One-page learning method (Aquinas-style seminar)

Goal for every class

Arrive with: (1) the text’s structure, (2) the key definitions/distinctions, (3) 5–8 real questions, (4) 2–6 anchored passages you can point to.


Before class (3-pass reading)

Pass 1 — Orientation (10–15 min)

  • Skim headings/section breaks, first & last paragraphs.
  • Write 3 lines:
    • Aim: what problem the author is addressing.
    • Key terms likely central.
    • What you expect the conclusion to be.

Pass 2 — Slow read (45–90 min)

Annotate sparsely (PDF or paper) using only:

  • D = definition
  • ≠ = distinction
  • T = thesis/claim
  • Q = confusion/question
  • Ex = example / test case

Rule: no long summaries while reading. Stay close to the text.

Pass 3 — Synthesis page (15–25 min)

Create one “reading block” in your weekly note:

  • Outline: 5–10 bullets tracing the argument
  • Key terms: 5–10 items, 1 sentence each
  • Theses: 3–5 claims the author makes
  • Questions: 5–8 you’d ask in seminar
  • Anchors: 2–6 short quotes + location (chapter/paragraph/page)

Notes system (few files, high value)

Use one weekly master note:

  • Sections per reading: Aim → Outline → Terms → Theses → Questions → Anchors → After class
  • Bottom of the note: “Durable takeaways” (definitions/distinctions that now feel solid)

Your PDF annotations are the fine-grain layer; Obsidian holds the distilled layer.


In class (how to participate)

Make one of these moves when speaking:

  1. Clarify a definition (“What does X mean here?”)
  2. Locate the claim (“Where does the text say that?”)
  3. Offer a test case (example that pressures the distinction)
  4. State the strongest opposing reading (then ask which the text supports)

In-class notes: write only

  • Main thread (1–2 sentences)
  • Key passages revisited
  • Resolved questions / new questions

After class (same day, 10 minutes)

In the same reading block, fill:

  • 3 things now clear
  • 2 things still unclear
  • 1–3 passages to reread

Within 48 hours (retention loop)

  • Reopen the text and reread only the passages that mattered.
  • Write a clean “Durable takeaway”:
    • 3–7 bullets: definitions/distinctions + one example + one unresolved question.

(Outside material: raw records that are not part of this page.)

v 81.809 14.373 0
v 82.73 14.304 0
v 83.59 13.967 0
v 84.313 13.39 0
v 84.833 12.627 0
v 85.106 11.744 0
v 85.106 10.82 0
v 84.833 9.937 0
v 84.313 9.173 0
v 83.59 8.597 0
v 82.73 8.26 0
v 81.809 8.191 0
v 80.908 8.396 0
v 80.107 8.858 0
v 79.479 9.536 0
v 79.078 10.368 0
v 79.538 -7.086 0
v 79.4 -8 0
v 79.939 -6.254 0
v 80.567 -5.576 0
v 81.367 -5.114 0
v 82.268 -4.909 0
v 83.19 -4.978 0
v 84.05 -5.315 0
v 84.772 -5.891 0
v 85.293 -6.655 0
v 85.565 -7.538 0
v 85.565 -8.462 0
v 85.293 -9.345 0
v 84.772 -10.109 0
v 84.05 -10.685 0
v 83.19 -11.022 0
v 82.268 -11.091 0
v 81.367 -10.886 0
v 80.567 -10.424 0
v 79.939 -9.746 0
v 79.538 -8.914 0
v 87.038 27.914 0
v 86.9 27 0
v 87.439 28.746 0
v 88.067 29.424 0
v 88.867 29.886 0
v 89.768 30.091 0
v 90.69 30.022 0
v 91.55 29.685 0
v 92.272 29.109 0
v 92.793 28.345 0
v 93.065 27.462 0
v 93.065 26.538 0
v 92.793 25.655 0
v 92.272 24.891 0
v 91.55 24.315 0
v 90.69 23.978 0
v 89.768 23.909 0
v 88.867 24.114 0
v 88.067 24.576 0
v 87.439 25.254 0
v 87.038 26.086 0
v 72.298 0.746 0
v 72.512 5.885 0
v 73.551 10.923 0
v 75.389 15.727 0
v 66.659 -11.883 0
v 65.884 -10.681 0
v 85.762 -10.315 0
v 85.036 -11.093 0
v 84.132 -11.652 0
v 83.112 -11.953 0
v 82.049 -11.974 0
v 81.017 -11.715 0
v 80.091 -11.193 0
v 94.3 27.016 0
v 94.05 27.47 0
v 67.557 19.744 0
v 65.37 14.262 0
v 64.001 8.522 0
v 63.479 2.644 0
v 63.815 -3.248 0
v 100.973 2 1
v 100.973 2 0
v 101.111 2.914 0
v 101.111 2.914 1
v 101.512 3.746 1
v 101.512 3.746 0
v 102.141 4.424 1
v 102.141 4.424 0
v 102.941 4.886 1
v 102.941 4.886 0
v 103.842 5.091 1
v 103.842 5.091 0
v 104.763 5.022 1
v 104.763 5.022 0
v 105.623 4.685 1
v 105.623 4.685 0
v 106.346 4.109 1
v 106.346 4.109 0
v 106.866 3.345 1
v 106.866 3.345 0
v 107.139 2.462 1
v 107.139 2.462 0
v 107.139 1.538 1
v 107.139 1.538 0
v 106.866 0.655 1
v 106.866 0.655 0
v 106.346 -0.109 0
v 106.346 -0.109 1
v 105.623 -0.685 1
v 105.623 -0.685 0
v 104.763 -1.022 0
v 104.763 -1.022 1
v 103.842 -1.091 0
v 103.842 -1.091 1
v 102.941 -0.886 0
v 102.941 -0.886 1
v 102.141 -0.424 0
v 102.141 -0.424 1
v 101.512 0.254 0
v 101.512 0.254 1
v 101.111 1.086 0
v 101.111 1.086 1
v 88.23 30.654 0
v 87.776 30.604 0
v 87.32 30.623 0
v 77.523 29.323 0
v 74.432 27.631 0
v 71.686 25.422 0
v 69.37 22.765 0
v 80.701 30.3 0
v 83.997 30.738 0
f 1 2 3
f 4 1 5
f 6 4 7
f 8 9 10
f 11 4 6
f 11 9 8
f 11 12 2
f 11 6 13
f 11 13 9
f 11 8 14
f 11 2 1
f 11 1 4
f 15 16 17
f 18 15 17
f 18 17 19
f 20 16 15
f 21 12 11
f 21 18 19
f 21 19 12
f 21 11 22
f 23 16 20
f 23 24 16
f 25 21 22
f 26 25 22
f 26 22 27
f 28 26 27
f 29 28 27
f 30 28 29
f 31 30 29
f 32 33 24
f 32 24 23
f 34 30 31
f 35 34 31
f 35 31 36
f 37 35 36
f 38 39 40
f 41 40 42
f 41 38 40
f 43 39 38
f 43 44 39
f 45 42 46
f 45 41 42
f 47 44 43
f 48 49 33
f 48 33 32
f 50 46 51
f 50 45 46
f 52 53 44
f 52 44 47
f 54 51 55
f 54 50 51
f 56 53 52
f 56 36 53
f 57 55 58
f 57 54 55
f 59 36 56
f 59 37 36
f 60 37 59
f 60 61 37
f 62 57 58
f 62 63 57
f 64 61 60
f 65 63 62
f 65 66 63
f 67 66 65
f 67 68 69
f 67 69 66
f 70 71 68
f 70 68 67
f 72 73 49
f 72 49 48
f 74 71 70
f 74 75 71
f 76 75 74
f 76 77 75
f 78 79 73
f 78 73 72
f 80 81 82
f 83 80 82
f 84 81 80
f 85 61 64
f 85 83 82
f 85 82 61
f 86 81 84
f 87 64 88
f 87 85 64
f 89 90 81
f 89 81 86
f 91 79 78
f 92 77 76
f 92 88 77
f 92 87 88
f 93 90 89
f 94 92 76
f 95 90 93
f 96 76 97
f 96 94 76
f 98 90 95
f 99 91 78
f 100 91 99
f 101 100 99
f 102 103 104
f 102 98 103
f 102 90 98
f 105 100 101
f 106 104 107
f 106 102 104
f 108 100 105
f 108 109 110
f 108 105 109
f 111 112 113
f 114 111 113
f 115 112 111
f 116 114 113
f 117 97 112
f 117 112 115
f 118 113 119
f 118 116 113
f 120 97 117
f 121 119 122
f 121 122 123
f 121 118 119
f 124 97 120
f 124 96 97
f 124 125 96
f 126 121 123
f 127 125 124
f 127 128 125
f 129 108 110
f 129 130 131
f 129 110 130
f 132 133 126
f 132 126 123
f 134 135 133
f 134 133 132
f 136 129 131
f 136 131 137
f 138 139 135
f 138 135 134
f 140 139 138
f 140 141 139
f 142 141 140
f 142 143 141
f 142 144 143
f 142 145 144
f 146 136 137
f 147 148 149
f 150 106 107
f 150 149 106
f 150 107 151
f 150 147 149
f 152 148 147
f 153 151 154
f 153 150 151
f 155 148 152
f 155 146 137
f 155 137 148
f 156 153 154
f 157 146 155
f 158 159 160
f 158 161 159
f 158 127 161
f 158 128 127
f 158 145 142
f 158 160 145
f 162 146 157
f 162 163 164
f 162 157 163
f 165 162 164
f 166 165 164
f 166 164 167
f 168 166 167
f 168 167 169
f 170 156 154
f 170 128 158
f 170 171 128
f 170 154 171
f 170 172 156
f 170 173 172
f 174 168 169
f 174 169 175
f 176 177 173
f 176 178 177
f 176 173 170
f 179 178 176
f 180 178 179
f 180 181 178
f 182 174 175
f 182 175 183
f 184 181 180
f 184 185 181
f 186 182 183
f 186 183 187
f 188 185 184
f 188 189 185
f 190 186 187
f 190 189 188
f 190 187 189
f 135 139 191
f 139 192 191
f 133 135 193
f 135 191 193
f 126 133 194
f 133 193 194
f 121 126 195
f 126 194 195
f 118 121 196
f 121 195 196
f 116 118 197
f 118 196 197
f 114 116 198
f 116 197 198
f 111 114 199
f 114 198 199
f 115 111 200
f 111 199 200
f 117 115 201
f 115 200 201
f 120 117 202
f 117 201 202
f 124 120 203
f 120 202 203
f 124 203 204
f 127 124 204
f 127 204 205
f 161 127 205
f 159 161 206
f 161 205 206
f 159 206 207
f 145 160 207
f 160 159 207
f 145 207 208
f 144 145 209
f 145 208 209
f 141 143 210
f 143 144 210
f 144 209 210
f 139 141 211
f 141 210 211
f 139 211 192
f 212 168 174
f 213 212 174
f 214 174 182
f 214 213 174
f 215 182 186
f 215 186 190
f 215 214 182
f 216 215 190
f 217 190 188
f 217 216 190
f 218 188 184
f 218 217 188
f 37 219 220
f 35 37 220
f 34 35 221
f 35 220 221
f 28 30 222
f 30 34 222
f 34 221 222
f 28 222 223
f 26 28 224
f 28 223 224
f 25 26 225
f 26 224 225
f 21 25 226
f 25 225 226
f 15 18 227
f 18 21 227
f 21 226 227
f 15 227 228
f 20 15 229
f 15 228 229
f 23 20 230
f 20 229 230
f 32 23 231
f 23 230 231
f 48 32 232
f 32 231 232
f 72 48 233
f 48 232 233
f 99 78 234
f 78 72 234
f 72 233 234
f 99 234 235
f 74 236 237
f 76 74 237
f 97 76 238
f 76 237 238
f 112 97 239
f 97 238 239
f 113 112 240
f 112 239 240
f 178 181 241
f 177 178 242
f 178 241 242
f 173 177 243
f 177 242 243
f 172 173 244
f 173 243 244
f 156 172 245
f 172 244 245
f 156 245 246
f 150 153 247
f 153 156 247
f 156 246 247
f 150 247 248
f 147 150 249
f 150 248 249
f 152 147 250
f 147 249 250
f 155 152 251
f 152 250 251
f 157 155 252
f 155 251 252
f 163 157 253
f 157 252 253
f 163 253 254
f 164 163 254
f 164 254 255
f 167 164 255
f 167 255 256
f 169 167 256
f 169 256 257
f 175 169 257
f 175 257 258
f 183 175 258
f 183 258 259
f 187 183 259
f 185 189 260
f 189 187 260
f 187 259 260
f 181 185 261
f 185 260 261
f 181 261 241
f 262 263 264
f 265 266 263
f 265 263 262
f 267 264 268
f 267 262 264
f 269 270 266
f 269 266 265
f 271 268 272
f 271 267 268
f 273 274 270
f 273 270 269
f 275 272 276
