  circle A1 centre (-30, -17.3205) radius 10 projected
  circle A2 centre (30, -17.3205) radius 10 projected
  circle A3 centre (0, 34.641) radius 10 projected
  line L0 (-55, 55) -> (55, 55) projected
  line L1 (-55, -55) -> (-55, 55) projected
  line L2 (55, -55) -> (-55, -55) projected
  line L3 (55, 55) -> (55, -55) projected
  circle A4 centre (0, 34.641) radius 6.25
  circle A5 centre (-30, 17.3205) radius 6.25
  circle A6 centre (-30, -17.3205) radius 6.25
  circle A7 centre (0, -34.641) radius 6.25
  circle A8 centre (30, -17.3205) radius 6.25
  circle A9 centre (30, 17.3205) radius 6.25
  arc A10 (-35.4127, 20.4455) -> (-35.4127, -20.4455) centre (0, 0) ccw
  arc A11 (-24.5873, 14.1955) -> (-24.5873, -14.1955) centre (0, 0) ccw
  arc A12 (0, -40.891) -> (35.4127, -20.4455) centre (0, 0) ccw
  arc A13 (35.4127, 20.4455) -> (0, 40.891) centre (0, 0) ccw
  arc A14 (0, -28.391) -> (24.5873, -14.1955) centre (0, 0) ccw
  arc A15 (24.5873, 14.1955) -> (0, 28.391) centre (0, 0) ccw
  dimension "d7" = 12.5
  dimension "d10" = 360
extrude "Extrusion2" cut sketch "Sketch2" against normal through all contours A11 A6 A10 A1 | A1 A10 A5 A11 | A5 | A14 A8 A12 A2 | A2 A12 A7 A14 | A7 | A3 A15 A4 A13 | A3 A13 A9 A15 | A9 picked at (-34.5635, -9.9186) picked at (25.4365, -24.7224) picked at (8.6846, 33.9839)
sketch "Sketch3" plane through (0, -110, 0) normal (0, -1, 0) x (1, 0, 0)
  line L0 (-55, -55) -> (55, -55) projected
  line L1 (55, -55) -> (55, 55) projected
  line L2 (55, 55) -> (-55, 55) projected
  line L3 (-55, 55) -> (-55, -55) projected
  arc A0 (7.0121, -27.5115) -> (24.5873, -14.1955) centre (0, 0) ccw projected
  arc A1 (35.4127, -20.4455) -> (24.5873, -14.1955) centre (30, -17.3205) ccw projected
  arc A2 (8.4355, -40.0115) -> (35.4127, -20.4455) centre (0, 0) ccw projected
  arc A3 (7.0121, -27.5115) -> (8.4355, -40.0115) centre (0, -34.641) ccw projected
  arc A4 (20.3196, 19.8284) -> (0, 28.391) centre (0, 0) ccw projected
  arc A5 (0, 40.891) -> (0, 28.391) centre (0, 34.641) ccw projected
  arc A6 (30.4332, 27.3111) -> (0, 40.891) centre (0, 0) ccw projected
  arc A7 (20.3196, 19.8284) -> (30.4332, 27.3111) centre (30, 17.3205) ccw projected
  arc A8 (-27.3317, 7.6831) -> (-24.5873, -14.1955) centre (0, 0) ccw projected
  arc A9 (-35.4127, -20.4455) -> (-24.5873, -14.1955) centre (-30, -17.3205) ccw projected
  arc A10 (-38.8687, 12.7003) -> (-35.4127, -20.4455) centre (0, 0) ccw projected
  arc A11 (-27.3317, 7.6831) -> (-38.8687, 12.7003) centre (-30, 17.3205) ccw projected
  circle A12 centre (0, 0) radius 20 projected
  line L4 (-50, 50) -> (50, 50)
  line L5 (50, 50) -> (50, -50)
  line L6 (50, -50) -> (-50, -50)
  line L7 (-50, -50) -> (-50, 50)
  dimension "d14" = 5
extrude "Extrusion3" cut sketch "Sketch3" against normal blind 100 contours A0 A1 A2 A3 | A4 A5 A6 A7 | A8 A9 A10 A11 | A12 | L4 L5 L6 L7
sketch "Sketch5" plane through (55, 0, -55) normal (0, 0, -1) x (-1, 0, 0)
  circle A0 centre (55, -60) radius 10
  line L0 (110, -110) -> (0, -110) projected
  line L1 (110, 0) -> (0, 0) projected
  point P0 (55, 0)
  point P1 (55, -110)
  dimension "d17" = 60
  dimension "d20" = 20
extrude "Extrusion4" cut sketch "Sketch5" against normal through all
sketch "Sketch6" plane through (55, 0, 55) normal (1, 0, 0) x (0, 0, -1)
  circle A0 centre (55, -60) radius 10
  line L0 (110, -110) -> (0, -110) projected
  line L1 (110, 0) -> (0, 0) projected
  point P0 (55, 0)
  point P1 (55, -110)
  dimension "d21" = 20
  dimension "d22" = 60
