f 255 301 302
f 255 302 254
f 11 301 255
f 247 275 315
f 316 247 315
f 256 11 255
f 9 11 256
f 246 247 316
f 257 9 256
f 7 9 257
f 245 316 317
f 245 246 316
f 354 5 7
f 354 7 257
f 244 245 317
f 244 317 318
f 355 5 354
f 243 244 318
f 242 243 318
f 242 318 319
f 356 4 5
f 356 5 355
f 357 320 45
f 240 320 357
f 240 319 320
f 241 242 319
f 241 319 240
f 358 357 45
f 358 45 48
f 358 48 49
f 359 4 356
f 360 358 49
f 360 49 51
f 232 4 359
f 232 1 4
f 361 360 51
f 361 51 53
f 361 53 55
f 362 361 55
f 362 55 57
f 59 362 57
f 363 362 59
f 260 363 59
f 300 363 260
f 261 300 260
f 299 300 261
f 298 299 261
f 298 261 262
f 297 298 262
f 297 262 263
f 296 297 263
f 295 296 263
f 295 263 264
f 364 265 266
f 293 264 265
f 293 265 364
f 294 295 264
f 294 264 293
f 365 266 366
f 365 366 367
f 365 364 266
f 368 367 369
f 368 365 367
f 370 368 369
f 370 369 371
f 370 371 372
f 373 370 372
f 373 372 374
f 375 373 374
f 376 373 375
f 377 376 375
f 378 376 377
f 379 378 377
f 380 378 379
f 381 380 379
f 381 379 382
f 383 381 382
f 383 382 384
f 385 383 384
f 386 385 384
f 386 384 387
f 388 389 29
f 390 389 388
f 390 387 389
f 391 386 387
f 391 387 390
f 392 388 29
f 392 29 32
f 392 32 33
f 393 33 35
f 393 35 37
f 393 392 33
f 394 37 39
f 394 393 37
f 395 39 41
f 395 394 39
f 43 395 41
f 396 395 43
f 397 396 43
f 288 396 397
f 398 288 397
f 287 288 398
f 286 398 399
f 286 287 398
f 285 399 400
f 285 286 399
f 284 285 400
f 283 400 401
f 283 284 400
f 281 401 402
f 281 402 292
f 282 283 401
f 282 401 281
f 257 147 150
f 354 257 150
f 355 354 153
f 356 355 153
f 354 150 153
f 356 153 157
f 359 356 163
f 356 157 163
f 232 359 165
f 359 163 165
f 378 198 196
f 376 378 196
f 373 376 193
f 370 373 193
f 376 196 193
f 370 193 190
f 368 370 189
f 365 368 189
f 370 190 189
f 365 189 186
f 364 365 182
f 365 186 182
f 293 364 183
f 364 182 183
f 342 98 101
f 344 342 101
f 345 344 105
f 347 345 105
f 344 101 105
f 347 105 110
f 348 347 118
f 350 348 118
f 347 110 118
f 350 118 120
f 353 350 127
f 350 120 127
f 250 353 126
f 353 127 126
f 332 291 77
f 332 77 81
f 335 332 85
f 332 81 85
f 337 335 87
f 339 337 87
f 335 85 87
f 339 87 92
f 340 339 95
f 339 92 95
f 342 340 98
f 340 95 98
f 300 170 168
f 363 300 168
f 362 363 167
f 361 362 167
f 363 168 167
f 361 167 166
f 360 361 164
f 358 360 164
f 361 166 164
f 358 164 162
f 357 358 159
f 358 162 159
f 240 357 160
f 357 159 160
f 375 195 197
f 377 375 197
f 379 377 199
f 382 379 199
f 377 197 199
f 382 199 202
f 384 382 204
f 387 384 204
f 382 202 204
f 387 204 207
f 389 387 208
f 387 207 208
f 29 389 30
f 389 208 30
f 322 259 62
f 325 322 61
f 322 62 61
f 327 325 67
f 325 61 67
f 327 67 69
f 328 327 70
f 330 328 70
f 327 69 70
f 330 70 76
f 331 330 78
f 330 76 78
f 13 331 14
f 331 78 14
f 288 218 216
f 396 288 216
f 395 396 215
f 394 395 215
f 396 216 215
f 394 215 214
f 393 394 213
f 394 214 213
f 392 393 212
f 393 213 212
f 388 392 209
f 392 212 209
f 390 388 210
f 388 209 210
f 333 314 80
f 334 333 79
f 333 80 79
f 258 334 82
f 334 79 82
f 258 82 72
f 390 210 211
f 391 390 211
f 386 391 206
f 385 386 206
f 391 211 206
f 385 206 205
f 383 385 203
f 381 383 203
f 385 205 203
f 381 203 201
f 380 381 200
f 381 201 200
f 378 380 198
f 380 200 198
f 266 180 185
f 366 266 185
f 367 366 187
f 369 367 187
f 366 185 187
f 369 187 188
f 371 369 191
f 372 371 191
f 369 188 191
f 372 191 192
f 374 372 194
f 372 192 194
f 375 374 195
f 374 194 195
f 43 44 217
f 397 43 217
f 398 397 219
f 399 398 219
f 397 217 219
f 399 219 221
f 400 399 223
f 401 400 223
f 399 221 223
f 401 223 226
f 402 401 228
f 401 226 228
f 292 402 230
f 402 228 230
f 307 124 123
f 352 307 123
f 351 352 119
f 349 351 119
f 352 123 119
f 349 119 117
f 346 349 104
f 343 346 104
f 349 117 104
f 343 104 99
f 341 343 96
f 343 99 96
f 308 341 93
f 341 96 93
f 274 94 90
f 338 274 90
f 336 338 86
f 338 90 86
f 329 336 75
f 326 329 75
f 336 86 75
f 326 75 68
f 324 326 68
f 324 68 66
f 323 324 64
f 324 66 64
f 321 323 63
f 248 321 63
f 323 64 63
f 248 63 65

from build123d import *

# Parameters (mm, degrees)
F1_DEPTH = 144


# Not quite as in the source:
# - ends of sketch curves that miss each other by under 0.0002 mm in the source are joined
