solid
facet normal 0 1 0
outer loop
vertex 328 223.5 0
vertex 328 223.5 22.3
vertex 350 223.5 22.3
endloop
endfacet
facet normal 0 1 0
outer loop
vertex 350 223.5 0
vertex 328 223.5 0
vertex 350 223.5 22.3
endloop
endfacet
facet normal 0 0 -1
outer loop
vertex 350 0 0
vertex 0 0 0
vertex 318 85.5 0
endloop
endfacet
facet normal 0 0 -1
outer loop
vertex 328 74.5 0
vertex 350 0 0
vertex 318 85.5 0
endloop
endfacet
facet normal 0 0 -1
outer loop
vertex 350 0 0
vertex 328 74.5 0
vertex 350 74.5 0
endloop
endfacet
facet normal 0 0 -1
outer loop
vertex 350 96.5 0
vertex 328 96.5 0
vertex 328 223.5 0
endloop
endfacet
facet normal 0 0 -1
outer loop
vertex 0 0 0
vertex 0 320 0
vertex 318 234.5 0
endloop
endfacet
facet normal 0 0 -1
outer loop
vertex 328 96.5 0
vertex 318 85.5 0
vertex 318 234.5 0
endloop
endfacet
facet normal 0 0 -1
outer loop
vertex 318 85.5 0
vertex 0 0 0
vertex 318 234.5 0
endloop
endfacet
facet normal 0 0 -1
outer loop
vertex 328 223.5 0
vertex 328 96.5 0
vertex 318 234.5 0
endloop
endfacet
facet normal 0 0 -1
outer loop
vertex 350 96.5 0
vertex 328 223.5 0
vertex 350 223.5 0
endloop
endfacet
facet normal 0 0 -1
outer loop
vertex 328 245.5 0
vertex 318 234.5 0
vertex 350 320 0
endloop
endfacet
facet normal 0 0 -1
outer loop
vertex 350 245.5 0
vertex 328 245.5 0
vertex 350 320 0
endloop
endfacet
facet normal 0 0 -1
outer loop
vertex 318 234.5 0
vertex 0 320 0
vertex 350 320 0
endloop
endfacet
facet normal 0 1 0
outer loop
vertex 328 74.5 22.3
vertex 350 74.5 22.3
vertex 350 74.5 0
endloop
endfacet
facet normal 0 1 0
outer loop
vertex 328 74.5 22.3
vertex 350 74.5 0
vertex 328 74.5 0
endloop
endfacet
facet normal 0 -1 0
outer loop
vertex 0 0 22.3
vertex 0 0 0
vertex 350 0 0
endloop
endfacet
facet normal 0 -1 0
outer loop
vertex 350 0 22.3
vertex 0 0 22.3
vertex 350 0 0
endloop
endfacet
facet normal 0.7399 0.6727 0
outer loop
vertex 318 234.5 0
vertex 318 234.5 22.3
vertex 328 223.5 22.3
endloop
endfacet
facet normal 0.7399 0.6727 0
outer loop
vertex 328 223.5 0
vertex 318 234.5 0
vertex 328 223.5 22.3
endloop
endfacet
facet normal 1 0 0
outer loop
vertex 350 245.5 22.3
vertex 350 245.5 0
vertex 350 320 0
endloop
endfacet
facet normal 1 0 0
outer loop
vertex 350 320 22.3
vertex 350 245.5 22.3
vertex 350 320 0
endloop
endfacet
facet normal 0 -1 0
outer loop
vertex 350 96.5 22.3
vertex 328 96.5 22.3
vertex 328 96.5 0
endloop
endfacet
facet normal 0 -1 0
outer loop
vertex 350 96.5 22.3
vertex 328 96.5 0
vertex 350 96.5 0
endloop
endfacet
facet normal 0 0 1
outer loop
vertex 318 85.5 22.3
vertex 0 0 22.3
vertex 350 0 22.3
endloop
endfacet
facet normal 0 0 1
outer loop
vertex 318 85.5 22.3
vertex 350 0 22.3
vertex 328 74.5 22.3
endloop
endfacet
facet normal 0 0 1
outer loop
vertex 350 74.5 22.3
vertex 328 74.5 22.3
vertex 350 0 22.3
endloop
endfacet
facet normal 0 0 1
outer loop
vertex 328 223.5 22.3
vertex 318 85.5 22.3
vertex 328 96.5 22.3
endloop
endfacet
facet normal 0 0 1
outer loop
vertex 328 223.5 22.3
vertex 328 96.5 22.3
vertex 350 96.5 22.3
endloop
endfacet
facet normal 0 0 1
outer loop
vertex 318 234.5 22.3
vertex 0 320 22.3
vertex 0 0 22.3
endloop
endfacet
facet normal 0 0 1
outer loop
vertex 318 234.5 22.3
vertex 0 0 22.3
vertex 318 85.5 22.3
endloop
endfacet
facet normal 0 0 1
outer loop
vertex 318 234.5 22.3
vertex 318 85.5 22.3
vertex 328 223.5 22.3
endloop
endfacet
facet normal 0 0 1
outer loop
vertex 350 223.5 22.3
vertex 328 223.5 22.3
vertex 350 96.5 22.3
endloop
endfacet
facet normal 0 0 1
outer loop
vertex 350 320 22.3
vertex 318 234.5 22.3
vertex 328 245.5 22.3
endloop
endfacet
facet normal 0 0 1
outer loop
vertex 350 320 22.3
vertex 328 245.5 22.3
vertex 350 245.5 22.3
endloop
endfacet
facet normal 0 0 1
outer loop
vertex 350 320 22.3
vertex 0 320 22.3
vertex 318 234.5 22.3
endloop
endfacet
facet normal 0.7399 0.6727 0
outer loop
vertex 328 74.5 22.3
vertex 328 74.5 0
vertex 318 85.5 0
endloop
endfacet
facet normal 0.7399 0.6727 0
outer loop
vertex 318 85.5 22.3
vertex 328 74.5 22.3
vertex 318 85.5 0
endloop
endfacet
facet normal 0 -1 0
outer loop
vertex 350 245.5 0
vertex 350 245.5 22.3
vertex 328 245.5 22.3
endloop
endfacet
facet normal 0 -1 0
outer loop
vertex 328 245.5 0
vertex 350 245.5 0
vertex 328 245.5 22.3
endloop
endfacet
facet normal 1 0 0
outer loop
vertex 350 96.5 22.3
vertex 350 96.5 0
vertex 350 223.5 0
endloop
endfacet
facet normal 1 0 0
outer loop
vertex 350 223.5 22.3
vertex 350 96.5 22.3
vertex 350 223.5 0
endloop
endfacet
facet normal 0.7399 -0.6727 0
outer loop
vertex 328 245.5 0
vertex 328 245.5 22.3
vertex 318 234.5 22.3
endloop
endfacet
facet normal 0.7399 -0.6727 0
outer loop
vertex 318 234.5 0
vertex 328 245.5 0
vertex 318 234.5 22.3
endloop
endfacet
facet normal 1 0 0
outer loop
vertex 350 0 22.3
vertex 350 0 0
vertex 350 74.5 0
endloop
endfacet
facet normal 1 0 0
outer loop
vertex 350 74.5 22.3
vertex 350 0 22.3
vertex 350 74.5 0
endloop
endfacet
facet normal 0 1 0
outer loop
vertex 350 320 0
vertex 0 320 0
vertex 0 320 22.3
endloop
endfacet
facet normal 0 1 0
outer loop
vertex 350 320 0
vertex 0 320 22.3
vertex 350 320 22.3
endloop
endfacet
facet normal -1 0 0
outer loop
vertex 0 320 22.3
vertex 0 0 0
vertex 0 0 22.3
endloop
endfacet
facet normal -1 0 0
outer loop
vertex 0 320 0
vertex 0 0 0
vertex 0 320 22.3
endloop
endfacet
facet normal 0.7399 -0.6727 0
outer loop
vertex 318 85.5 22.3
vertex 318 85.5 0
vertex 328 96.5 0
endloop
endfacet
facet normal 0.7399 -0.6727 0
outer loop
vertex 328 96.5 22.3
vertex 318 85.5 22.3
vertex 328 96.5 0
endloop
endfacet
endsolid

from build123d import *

# Parameters (mm, degrees)
ESBO_O1_W                = 350
ESBO_O1_H                = 320
RESSALTO_EXTRUS_O1_DEPTH = 22.3
CORTE_EXTRUS_O1_DEPTH    = 475.760244755


with BuildPart() as part:
    # Esboço1 → Ressalto-extrusão1 (new body)
    with BuildSketch(Plane.XY):
        with Locations((175, 160)):
            Rectangle(ESBO_O1_W, ESBO_O1_H)
    extrude(amount=RESSALTO_EXTRUS_O1_DEPTH)

    # Esboço2 → Corte-extrusão1 (cut, through all)
    with BuildSketch(Plane.XY.offset(22.3)):
        Polygon((318, 234.5), (328, 223.5), (350, 223.5), (350, 245.5), (328, 245.5), align=None)
        Polygon((328, 74.5), (318, 85.5), (328, 96.5), (350, 96.5), (350, 74.5), align=None)
    extrude(amount=-CORTE_EXTRUS_O1_DEPTH, mode=Mode.SUBTRACT)


solid = part.part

Weekly mastery practice (30–45 min)

Do one “disputation-lite” on your best question:

  • Objections (1–2)
  • On the contrary (text anchor)
  • I answer that (8–12 sentences)
  • Replies (1–2)

Daily micro-habit (5–10 min)

Flashcards (or quick prompts) for key technical terms:

  • term → definition + example + non-example

This method optimizes seminar performance and long-term understanding: precision before class, illumination in class, consolidation after class.